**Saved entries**
▼

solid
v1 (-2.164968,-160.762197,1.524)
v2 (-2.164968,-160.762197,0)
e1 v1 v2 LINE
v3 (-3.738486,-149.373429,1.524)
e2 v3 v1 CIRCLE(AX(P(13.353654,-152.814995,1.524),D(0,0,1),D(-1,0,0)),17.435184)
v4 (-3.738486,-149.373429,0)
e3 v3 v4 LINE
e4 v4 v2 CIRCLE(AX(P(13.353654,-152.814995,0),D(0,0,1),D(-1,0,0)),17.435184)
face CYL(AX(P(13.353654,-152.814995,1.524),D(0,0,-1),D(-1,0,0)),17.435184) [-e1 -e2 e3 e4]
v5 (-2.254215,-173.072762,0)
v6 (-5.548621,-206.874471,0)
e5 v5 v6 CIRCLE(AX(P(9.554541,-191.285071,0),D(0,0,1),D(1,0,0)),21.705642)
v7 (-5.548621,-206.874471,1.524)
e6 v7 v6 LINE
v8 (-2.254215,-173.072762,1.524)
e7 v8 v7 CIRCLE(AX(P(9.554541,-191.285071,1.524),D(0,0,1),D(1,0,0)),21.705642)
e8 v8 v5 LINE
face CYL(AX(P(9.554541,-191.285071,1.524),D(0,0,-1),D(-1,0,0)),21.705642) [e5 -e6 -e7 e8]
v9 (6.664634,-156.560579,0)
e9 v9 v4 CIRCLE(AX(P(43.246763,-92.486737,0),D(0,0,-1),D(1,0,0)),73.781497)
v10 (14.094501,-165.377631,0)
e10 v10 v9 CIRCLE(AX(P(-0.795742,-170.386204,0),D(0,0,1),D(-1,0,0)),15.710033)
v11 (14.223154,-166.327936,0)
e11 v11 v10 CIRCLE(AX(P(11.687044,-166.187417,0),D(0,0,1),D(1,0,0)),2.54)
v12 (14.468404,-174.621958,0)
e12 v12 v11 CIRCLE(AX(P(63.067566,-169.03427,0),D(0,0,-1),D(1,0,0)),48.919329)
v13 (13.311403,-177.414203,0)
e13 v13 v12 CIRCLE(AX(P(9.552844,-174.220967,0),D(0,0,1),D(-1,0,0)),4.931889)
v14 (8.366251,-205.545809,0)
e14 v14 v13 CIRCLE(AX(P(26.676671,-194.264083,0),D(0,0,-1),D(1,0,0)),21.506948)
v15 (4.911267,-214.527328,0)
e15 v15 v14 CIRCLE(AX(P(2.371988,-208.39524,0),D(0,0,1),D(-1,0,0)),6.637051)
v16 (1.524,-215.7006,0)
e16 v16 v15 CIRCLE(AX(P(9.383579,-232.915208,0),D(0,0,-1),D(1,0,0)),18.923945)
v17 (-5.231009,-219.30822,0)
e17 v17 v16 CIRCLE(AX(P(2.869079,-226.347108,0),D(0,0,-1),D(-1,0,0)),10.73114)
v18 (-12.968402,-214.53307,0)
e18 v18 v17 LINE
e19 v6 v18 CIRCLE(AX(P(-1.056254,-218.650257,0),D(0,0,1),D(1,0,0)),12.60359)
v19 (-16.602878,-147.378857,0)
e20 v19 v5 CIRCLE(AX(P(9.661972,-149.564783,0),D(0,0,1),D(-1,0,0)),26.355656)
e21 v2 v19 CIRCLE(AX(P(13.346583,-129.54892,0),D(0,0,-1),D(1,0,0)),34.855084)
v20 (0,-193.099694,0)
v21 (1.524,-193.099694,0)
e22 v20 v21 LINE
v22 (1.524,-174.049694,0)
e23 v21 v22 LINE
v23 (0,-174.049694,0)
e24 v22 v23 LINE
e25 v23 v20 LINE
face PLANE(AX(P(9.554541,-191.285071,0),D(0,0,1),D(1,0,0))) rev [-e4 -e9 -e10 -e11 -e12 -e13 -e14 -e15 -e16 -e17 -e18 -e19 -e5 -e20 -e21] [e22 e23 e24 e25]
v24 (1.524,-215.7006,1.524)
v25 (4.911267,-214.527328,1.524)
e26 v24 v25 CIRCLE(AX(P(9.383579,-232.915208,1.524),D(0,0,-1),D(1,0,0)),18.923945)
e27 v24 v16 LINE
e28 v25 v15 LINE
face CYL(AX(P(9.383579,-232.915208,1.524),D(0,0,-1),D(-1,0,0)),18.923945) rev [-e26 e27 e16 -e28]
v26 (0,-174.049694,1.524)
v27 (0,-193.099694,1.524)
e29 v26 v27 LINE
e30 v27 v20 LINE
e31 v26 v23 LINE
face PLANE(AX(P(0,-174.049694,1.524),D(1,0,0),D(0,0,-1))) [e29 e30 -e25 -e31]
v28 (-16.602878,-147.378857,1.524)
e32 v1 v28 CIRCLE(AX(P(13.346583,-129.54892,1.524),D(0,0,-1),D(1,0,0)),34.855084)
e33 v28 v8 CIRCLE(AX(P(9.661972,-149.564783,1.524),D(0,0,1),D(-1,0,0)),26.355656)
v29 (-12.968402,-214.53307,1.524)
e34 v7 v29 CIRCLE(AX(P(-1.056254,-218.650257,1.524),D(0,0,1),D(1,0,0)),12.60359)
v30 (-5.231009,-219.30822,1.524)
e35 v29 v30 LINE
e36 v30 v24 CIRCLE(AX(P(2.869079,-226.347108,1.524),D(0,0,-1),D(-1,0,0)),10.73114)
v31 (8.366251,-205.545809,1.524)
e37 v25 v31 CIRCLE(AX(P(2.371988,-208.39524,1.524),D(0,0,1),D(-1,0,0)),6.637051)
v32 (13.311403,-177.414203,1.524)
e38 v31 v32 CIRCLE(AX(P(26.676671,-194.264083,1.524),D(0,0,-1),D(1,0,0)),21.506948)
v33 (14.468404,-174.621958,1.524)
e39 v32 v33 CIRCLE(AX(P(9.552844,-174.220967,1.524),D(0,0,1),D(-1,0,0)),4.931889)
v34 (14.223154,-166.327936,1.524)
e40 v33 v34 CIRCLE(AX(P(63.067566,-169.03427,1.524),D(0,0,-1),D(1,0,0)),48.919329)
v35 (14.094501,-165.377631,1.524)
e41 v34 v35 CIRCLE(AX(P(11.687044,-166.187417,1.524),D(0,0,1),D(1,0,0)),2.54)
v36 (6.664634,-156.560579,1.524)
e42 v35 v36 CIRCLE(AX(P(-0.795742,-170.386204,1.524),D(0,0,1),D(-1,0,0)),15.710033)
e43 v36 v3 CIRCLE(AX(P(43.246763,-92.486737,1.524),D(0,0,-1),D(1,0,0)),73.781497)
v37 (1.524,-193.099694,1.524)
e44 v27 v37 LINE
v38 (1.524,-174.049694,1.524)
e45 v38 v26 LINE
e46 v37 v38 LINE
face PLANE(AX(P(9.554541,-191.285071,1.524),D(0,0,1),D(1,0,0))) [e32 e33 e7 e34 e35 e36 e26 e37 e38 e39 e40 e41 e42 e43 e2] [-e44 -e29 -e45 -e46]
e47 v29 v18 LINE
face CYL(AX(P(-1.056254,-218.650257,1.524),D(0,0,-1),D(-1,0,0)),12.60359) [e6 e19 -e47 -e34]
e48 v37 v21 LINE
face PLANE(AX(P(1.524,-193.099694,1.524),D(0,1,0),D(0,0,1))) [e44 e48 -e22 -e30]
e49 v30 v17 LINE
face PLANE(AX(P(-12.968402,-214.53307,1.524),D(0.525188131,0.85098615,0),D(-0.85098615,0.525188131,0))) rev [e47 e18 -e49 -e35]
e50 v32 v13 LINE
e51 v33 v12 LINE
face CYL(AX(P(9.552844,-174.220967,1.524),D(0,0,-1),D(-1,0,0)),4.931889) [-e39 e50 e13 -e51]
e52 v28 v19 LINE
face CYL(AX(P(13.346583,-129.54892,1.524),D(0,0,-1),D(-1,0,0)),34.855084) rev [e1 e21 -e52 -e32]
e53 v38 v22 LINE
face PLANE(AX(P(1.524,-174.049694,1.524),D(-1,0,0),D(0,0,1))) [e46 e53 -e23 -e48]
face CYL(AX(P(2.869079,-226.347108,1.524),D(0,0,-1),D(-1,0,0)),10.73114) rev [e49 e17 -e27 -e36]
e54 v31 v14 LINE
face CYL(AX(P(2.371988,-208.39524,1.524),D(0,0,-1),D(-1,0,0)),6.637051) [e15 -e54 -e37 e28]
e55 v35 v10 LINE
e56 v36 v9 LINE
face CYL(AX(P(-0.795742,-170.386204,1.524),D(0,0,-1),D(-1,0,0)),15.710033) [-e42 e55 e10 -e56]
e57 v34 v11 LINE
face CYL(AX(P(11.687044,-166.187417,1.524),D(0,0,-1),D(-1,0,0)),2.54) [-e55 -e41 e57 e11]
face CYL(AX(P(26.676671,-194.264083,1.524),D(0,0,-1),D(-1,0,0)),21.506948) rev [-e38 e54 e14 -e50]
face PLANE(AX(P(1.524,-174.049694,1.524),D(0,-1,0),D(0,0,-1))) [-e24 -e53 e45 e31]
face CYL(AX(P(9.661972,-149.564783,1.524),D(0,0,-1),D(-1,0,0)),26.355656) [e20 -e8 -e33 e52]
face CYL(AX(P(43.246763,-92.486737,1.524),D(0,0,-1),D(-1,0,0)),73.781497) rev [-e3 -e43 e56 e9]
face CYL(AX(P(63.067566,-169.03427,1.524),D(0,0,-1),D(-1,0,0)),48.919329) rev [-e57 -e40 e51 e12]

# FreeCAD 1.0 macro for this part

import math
import FreeCAD as App
import Part
import Sketcher
from FreeCAD import Vector
Q = App.Units.Quantity

doc = App.newDocument("Part")
params = doc.addObject("Spreadsheet::Sheet", "Params")
for row, (alias, value) in enumerate([
    ("sketch1_radius", "0.1 in"),
    ("sketch1_width", "0.06 in"),
    ("sketch1_height", "0.75 in"),
    ("pad1_length", "0.06 in"),
], start=1):
    params.set(f"A{row}", alias)
    params.set(f"B{row}", "=" + value)
    params.setAlias(f"B{row}", alias)

body = doc.addObject("PartDesign::Body", "Body")

# Sketch on XY plane
sketch1 = body.newObject("Sketcher::SketchObject", "Sketch")
sketch1.AttachmentSupport = (doc.getObject("XY_Plane"), [""])
sketch1.MapMode = "FlatFace"
sketch1.addGeometry(Part.LineSegment(Vector(-12.968402, -214.53307, 0), Vector(-5.231009, -219.30822, 0)), False)
sketch1.addGeometry(Part.ArcOfCircle(Part.Circle(Vector(2.869079, -226.347108, 0), Vector(0, 0, 1), 10.73114), math.radians(97.200597), math.radians(139.009718)), False)
sketch1.addGeometry(Part.ArcOfCircle(Part.Circle(Vector(9.383579, -232.915208, 0), Vector(0, 0, 1), 18.923945), math.radians(103.670086), math.radians(114.539757)), False)
sketch1.addGeometry(Part.ArcOfCircle(Part.Circle(Vector(2.371988, -208.39524, 0), Vector(0, 0, 1), 6.637051), math.radians(-67.505706), math.radians(25.424533)), False)
sketch1.addGeometry(Part.ArcOfCircle(Part.Circle(Vector(26.676671, -194.264083, 0), Vector(0, 0, 1), 21.506948), math.radians(128.421332), math.radians(211.638755)), False)
sketch1.addGeometry(Part.ArcOfCircle(Part.Circle(Vector(9.552844, -174.220967, 0), Vector(0, 0, 1), 4.931889), math.radians(-40.350912), math.radians(-4.663629)), False)
sketch1.addGeometry(Part.ArcOfCircle(Part.Circle(Vector(63.067566, -169.03427, 0), Vector(0, 0, 1), 48.919329), math.radians(176.828642), math.radians(186.558783)), False)
sketch1.addGeometry(Part.ArcOfCircle(Part.Circle(Vector(11.687044, -166.187417, 0), Vector(0, 0, 1), 2.54), math.radians(-3.171358), math.radians(18.591197)), False)
sketch1.addGeometry(Part.ArcOfCircle(Part.Circle(Vector(-0.795742, -170.386204, 0), Vector(0, 0, 1), 15.710033), math.radians(18.591197), math.radians(61.648481)), False)
sketch1.addGeometry(Part.ArcOfCircle(Part.Circle(Vector(43.246763, -92.486737, 0), Vector(0, 0, 1), 73.781497), math.radians(-129.554815), math.radians(-119.723646)), False)
sketch1.addGeometry(Part.ArcOfCircle(Part.Circle(Vector(13.353654, -152.814995, 0), Vector(0, 0, 1), 17.435184), math.radians(168.615507), math.radians(207.117323)), False)
sketch1.addGeometry(Part.ArcOfCircle(Part.Circle(Vector(13.346583, -129.54892, 0), Vector(0, 0, 1), 34.855084), math.radians(-149.233217), math.radians(-116.425245)), False)
sketch1.addGeometry(Part.ArcOfCircle(Part.Circle(Vector(9.661972, -149.564783, 0), Vector(0, 0, 1), 26.355656), math.radians(175.242449), math.radians(243.119565)), False)
sketch1.addGeometry(Part.ArcOfCircle(Part.Circle(Vector(9.554541, -191.285071, 0), Vector(0, 0, 1), 21.705642), math.radians(122.959143), math.radians(225.907617)), False)
sketch1.addGeometry(Part.ArcOfCircle(Part.Circle(Vector(-1.056254, -218.650257, 0), Vector(0, 0, 1), 12.60359), math.radians(110.881448), math.radians(160.93335)), False)
sketch1.addGeometry(Part.LineSegment(Vector(1.524, -193.099694, 0), Vector(0, -193.099694, 0)), False)
sketch1.addGeometry(Part.LineSegment(Vector(0, -193.099694, 0), Vector(0, -174.049694, 0)), False)
sketch1.addGeometry(Part.LineSegment(Vector(0, -174.049694, 0), Vector(1.524, -174.049694, 0)), False)
sketch1.addGeometry(Part.LineSegment(Vector(1.524, -174.049694, 0), Vector(1.524, -193.099694, 0)), False)
sketch1.addConstraint(Sketcher.Constraint("Coincident", 0, 2, 1, 2))
sketch1.addConstraint(Sketcher.Constraint("Coincident", 1, 1, 2, 2))
sketch1.addConstraint(Sketcher.Constraint("Coincident", 2, 1, 3, 1))
sketch1.addConstraint(Sketcher.Constraint("Coincident", 3, 2, 4, 2))
sketch1.addConstraint(Sketcher.Constraint("Coincident", 4, 1, 5, 1))
sketch1.addConstraint(Sketcher.Constraint("Coincident", 5, 2, 6, 2))
sketch1.addConstraint(Sketcher.Constraint("Tangent", 6, 1, 7, 1))
sketch1.addConstraint(Sketcher.Constraint("Tangent", 7, 2, 8, 1))
sketch1.addConstraint(Sketcher.Constraint("Coincident", 8, 2, 9, 2))
sketch1.addConstraint(Sketcher.Constraint("Coincident", 9, 1, 10, 1))
sketch1.addConstraint(Sketcher.Constraint("Coincident", 10, 2, 11, 2))
sketch1.addConstraint(Sketcher.Constraint("Coincident", 11, 1, 12, 1))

▲

**TASK STATEMENT**
Take the lines above from the one containing "e11 v11 v10" down to the one containing "e25 v23 v20 LINE", and transcribe them exactly, both ends included.

**REPLY TO THE EXERCISE**
e11 v11 v10 CIRCLE(AX(P(11.687044,-166.187417,0),D(0,0,1),D(1,0,0)),2.54)
v12 (14.468404,-174.621958,0)
e12 v12 v11 CIRCLE(AX(P(63.067566,-169.03427,0),D(0,0,-1),D(1,0,0)),48.919329)
v13 (13.311403,-177.414203,0)
e13 v13 v12 CIRCLE(AX(P(9.552844,-174.220967,0),D(0,0,1),D(-1,0,0)),4.931889)
v14 (8.366251,-205.545809,0)
e14 v14 v13 CIRCLE(AX(P(26.676671,-194.264083,0),D(0,0,-1),D(1,0,0)),21.506948)
v15 (4.911267,-214.527328,0)
e15 v15 v14 CIRCLE(AX(P(2.371988,-208.39524,0),D(0,0,1),D(-1,0,0)),6.637051)
v16 (1.524,-215.7006,0)
e16 v16 v15 CIRCLE(AX(P(9.383579,-232.915208,0),D(0,0,-1),D(1,0,0)),18.923945)
v17 (-5.231009,-219.30822,0)
e17 v17 v16 CIRCLE(AX(P(2.869079,-226.347108,0),D(0,0,-1),D(-1,0,0)),10.73114)
v18 (-12.968402,-214.53307,0)
e18 v18 v17 LINE
e19 v6 v18 CIRCLE(AX(P(-1.056254,-218.650257,0),D(0,0,1),D(1,0,0)),12.60359)
v19 (-16.602878,-147.378857,0)
e20 v19 v5 CIRCLE(AX(P(9.661972,-149.564783,0),D(0,0,1),D(-1,0,0)),26.355656)
e21 v2 v19 CIRCLE(AX(P(13.346583,-129.54892,0),D(0,0,-1),D(1,0,0)),34.855084)
v20 (0,-193.099694,0)
v21 (1.524,-193.099694,0)
e22 v20 v21 LINE
v22 (1.524,-174.049694,0)
e23 v21 v22 LINE
v23 (0,-174.049694,0)
e24 v22 v23 LINE
e25 v23 v20 LINE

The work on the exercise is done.